Manchester United zahlt noch immer für Sünden, die sie nicht beim Namen nennen
Die 85-Millionen-Euro-Jagd auf Mateus Fernandes ist kein Bekenntnis zu neuem Glanz. Sie ist ein Eingeständnis der Ohnmacht. United überzahlt erneut für einen Mittelfeldspieler des Monats, während sie die strukturelle Fäulnis ignorieren, die jeden Transfer zum Glücksspiel macht.
Das Post-Ferguson-Drehbuch: Überzahlen, enttäuschen, wiederholen
Seit Sir Alex Fergusons Rücktritt 2013 hat United über 1,5 Milliarden Euro für Transfers ausgegeben – mehr als jeder andere Klub im Weltfußball. Für 15 Mittelfeldspieler wurden Ablösen über 30 Millionen gezahlt. Nur Bruno Fernandes kann als voller Erfolg gelten. Der Rest – Fred, van de Beek, Pogba – sind Denkmäler planloser Kaderplanung.

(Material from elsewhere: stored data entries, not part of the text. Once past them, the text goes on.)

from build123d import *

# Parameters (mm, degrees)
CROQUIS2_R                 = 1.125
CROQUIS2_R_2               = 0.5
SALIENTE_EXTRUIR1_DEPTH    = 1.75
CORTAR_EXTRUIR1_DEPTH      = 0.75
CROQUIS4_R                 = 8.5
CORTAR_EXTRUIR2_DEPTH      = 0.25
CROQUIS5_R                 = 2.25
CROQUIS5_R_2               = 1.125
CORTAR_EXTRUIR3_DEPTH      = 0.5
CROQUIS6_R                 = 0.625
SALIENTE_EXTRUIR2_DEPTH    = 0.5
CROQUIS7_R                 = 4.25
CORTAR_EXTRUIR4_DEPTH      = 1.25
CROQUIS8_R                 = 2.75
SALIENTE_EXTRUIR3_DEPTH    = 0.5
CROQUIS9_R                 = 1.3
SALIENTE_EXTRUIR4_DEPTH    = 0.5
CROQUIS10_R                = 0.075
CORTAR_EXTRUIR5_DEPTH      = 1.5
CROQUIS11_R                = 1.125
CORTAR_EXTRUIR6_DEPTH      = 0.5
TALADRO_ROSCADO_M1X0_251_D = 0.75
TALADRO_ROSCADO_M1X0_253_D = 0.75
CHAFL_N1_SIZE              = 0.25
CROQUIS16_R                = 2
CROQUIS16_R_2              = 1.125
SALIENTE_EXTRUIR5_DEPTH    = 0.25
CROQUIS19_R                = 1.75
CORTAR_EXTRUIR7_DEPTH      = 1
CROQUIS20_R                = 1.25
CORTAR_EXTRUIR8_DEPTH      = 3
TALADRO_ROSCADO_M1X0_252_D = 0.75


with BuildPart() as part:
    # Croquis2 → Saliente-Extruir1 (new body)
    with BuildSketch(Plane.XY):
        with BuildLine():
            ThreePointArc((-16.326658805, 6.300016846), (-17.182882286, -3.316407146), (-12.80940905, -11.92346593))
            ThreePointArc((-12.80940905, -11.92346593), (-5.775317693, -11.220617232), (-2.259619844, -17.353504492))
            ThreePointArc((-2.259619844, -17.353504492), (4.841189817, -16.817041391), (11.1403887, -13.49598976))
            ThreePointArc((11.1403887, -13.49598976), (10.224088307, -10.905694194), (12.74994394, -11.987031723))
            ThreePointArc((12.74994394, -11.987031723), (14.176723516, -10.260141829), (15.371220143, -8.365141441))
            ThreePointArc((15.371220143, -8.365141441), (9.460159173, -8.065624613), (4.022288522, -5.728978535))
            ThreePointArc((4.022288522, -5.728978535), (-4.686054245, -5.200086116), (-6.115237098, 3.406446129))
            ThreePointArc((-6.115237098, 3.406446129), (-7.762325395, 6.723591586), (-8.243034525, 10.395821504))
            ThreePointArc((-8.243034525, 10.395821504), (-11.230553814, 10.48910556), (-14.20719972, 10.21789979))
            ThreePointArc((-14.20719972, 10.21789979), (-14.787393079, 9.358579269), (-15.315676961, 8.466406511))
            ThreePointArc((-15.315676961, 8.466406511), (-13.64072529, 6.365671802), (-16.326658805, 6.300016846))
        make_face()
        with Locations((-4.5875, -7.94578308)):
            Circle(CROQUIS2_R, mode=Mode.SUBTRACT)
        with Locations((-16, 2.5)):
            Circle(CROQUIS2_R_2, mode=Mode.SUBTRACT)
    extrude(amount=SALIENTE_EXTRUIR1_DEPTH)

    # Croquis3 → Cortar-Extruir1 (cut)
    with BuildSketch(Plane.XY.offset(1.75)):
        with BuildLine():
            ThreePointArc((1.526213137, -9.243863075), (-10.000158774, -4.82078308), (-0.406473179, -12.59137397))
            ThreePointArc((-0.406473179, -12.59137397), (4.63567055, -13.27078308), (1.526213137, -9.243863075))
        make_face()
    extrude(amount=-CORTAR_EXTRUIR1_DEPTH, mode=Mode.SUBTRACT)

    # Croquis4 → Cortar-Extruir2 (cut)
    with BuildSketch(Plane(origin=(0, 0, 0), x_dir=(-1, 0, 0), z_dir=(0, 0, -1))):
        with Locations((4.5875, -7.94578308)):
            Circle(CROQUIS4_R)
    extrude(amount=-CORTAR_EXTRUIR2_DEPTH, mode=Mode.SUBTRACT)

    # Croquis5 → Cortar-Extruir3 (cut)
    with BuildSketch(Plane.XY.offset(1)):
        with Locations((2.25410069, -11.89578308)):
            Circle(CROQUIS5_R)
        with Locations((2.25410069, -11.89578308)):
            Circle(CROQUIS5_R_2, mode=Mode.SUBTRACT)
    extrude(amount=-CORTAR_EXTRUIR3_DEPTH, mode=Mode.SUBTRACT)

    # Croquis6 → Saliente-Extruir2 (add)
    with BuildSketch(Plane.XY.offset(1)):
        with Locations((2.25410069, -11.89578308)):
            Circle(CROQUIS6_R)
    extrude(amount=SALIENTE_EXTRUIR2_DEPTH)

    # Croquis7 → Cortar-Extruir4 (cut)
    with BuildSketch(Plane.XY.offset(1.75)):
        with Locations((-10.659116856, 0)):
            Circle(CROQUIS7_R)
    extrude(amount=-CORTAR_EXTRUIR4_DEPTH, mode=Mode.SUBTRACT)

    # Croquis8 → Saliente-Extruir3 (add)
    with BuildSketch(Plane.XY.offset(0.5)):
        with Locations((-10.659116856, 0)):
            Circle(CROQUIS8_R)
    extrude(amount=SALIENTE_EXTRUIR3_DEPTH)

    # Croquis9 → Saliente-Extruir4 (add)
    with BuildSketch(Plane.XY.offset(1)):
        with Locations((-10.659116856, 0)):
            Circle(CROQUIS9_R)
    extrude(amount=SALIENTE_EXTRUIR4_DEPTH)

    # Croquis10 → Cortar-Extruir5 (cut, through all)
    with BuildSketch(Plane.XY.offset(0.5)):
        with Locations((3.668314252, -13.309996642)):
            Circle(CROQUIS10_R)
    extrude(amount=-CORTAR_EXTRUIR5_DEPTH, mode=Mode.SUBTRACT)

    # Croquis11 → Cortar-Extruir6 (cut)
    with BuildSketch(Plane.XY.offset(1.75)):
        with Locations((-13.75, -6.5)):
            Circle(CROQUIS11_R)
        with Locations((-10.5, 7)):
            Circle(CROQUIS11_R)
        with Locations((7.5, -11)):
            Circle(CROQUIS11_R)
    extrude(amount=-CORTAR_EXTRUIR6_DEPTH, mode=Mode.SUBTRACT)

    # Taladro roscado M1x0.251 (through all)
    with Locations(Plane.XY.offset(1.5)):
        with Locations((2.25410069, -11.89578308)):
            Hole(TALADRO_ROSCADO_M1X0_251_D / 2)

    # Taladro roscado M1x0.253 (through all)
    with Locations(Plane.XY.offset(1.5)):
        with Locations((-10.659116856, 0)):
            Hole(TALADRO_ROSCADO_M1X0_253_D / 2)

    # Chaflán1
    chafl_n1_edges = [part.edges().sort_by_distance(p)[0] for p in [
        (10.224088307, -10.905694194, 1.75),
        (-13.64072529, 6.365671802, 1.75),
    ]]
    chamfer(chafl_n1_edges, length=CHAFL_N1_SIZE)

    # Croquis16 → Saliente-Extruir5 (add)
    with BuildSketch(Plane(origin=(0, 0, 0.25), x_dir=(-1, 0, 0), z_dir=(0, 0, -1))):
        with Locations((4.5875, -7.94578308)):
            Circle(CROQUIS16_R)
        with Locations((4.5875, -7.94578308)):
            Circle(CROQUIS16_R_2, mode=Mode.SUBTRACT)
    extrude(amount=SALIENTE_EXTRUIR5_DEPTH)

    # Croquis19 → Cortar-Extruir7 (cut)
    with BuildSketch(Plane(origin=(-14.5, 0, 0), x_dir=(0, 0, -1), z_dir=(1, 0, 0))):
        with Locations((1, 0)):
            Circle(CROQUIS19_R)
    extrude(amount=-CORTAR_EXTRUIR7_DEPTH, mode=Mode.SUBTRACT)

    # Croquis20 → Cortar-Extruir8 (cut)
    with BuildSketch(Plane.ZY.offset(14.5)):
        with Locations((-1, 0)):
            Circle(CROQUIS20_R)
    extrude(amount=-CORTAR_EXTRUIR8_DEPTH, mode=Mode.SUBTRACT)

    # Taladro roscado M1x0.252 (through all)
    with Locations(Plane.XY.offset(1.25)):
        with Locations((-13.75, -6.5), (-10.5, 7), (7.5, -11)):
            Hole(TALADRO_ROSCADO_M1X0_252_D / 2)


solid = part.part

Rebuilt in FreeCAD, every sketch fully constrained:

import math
import FreeCAD as App
import Part
import Sketcher

V = App.Vector


def edges_at(feature, points):
    """Names of the edges that pass closest to the given points."""
    edges = feature.Shape.Edges
    near = lambda p: min(range(len(edges)), key=lambda i: edges[i].distToShape(Part.Vertex(*p))[0])
    return sorted({f"Edge{near(p) + 1}" for p in points})

doc = App.newDocument("Part")
body = doc.addObject("PartDesign::Body", "Body")

# Sketch on XY plane
sketch1 = body.newObject("Sketcher::SketchObject", "Sketch")
sketch1.AttachmentSupport = (doc.getObject("XY_Plane"), [""])
sketch1.MapMode = "FlatFace"
sketch1.addGeometry(Part.ArcOfCircle(Part.Circle(V(0, 0, 0), V(0, 0, 1), 17.5), math.radians(159), math.radians(223)), False)
sketch1.addGeometry(Part.ArcOfCircle(Part.Circle(V(-8.8, -17, 0), V(0, 0, 1), 6.5), math.radians(-3), math.radians(129)), False)
sketch1.addGeometry(Part.ArcOfCircle(Part.Circle(V(0, 0, 0), V(0, 0, 1), 17.5), math.radians(-97), math.radians(-50)), False)
sketch1.addGeometry(Part.ArcOfCircle(Part.Circle(V(11.2, -12, 0), V(0, 0, 1), 1.5), math.radians(0), math.radians(266)), False)
sketch1.addGeometry(Part.ArcOfCircle(Part.Circle(V(0, 0, 0), V(0, 0, 1), 17.5), math.radians(-43.23), math.radians(-28.56)), False)
sketch1.addGeometry(Part.ArcOfCircle(Part.Circle(V(13.2, 8.2, 0), V(0, 0, 1), 16.7), math.radians(-123), math.radians(-83)), False)
sketch1.addGeometry(Part.ArcOfCircle(Part.Circle(V(0, 0, 0), V(0, 0, 1), 7), math.radians(151), math.radians(305)), False)
sketch1.addGeometry(Part.ArcOfCircle(Part.Circle(V(3, 10, 0), V(0, 0, 1), 11.2), math.radians(178), math.radians(216)), False)
sketch1.addGeometry(Part.ArcOfCircle(Part.Circle(V(-10.5, -14, 0), V(0, 0, 1), 24.5), math.radians(84.71), math.radians(98.7)), False)
sketch1.addGeometry(Part.ArcOfCircle(Part.Circle(V(0, 0, 0), V(0, 0, 1), 17.5), math.radians(144.28), math.radians(151.07)), False)
sketch1.addGeometry(Part.ArcOfCircle(Part.Circle(V(-15, 7, 0), V(0, 0, 1), 1.5), math.radians(-152), math.radians(102)), False)
sketch1.addGeometry(Part.Circle(V(-4.6, -7.9, 0), V(0, 0, 1), 1.1), False)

Fernandes ist ein talentierter 20-Jähriger mit 18 Premier-League-Einsätzen für West Ham. Aber 85 Millionen? Das bezahlt man für einen gestandenen Unterschiedsspieler, nicht für ein Talent mit 90 Minuten Spitzenfußball gegen Top-Teams. Der Preis ist nicht datengestützt, sondern aus Verzweiflung geboren.

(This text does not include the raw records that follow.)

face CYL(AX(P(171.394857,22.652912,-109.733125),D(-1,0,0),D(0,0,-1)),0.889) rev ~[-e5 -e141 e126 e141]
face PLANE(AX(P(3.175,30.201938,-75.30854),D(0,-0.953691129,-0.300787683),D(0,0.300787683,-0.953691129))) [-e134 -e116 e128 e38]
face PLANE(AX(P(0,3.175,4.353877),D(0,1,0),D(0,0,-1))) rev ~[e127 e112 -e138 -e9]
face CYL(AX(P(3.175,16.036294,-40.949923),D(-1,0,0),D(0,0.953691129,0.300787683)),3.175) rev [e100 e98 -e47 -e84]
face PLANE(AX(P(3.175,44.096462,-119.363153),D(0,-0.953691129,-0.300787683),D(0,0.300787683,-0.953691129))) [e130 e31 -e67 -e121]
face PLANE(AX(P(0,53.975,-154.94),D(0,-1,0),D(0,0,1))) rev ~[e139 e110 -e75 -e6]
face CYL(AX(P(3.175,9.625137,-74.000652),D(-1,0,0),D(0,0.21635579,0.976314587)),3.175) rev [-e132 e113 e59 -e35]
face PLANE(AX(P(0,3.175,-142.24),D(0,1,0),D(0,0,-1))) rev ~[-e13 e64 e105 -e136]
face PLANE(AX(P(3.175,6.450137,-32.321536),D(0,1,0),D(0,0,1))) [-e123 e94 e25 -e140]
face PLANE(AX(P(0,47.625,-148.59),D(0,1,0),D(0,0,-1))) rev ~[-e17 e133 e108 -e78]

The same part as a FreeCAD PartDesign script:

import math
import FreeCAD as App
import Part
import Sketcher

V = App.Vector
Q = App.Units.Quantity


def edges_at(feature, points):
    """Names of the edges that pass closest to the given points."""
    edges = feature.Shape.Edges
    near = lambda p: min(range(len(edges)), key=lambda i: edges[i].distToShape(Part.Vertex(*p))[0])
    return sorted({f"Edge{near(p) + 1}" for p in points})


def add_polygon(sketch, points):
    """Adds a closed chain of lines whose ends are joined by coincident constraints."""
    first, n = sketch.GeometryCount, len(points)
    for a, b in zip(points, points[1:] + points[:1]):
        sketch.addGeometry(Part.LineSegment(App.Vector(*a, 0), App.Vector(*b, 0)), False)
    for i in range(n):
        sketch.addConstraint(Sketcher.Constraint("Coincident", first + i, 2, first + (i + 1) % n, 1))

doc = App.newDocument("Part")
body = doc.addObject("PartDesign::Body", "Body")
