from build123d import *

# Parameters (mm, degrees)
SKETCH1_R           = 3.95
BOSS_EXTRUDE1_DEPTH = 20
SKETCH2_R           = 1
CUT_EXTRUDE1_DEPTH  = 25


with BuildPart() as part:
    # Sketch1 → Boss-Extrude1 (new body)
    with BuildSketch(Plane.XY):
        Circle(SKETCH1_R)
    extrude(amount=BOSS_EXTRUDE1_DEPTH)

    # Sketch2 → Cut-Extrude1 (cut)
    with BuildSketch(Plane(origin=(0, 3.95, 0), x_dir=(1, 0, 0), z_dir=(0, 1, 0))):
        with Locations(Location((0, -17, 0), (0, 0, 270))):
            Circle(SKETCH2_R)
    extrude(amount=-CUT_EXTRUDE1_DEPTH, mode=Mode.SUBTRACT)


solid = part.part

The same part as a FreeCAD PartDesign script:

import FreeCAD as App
import Part
import Sketcher
from FreeCAD import Vector

doc = App.newDocument("Part")
params = doc.addObject("Spreadsheet::Sheet", "Params")
for row, (alias, value) in enumerate([
    ("sketch1_diameter", "7.9 mm"),
    ("pad1_length", "20 mm"),
    ("sketch2_diameter", "2 mm"),
    ("pocket1_length", "25 mm"),
], start=1):
    params.set(f"A{row}", alias)
    params.set(f"B{row}", "=" + value)
    params.setAlias(f"B{row}", alias)

body = doc.addObject("PartDesign::Body", "Body")

# Sketch on XY plane
sketch1 = body.newObject("Sketcher::SketchObject", "Sketch")
sketch1.AttachmentSupport = (doc.getObject("XY_Plane"), [""])
sketch1.MapMode = "FlatFace"
sketch1.addGeometry(Part.Circle(Vector(0, 0, 0), Vector(0, 0, 1), 4), False)
sketch1.addConstraint(Sketcher.Constraint("Coincident", 0, 3, -1, 1))
sketch1.addConstraint(Sketcher.Constraint("Diameter", 0, 7.9))
sketch1.setExpression("Constraints[1]", "Params.sketch1_diameter")
pad1 = body.newObject("PartDesign::Pad", "Pad")
pad1.Profile = sketch1
pad1.setExpression("Length", "Params.pad1_length")

# Sketch on XZ plane
sketch2 = body.newObject("Sketcher::SketchObject", "Sketch001")
sketch2.AttachmentSupport = (doc.getObject("XZ_Plane"), [""])
sketch2.MapMode = "FlatFace"
sketch2.AttachmentOffset = App.Placement(Vector(0, 0, -3.95), App.Rotation())
sketch2.addGeometry(Part.Circle(Vector(0, 17, 0), Vector(0, 0, 1), 1), False)
sketch2.addConstraint(Sketcher.Constraint("PointOnObject", 0, 3, -2))
sketch2.addConstraint(Sketcher.Constraint("Diameter", 0, 2.0))
sketch2.addConstraint(Sketcher.Constraint("DistanceY", -1, 1, 0, 3, 17.0))
sketch2.setExpression("Constraints[1]", "Params.sketch2_diameter")
pocket1 = body.newObject("PartDesign::Pocket", "Pocket")
pocket1.Profile = sketch2
pocket1.setExpression("Length", "Params.pocket1_length")
pocket1.Reversed = True

doc.recompute()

Das Muster reaktiver Ausgaben
Uniteds Transferstrategie – wenn man sie so nennen will – folgt einem vorhersehbaren Kreislauf: einen jungen Spieler nach einer kurzen Glanzphase identifizieren, überhöht bieten, nicht verhandeln, in Panik einen Alternativkauf tätigen oder das Lösegeld zahlen. Das Mittelfeld ist ein Drehtür der Mittelmäßigkeit.
- 2014: 67 Mio. für Ángel Di María – ein Flügelspieler ins Mittelfeld gezwungen, mit Verlust verkauft.
- 2016: 89 Mio. für Paul Pogba – Weltrekord für einen ablösefreien Abwanderer.
- 2022: 70 Mio. für Casemiro – nach dem verpassten De-Jong-Transfer in letzter Minute aus der Not geholt.
Der Fernandes-Deal passt ins Schema: Ein Spieler mit 14 Torbeteiligungen in 34 Spielen für einen Mittelfeldklub wird plötzlich als kreative Elitekraft gehandelt. Die Ablöse basiert nicht auf seinem Potenzial, sondern auf der Angst, etwas zu verpassen.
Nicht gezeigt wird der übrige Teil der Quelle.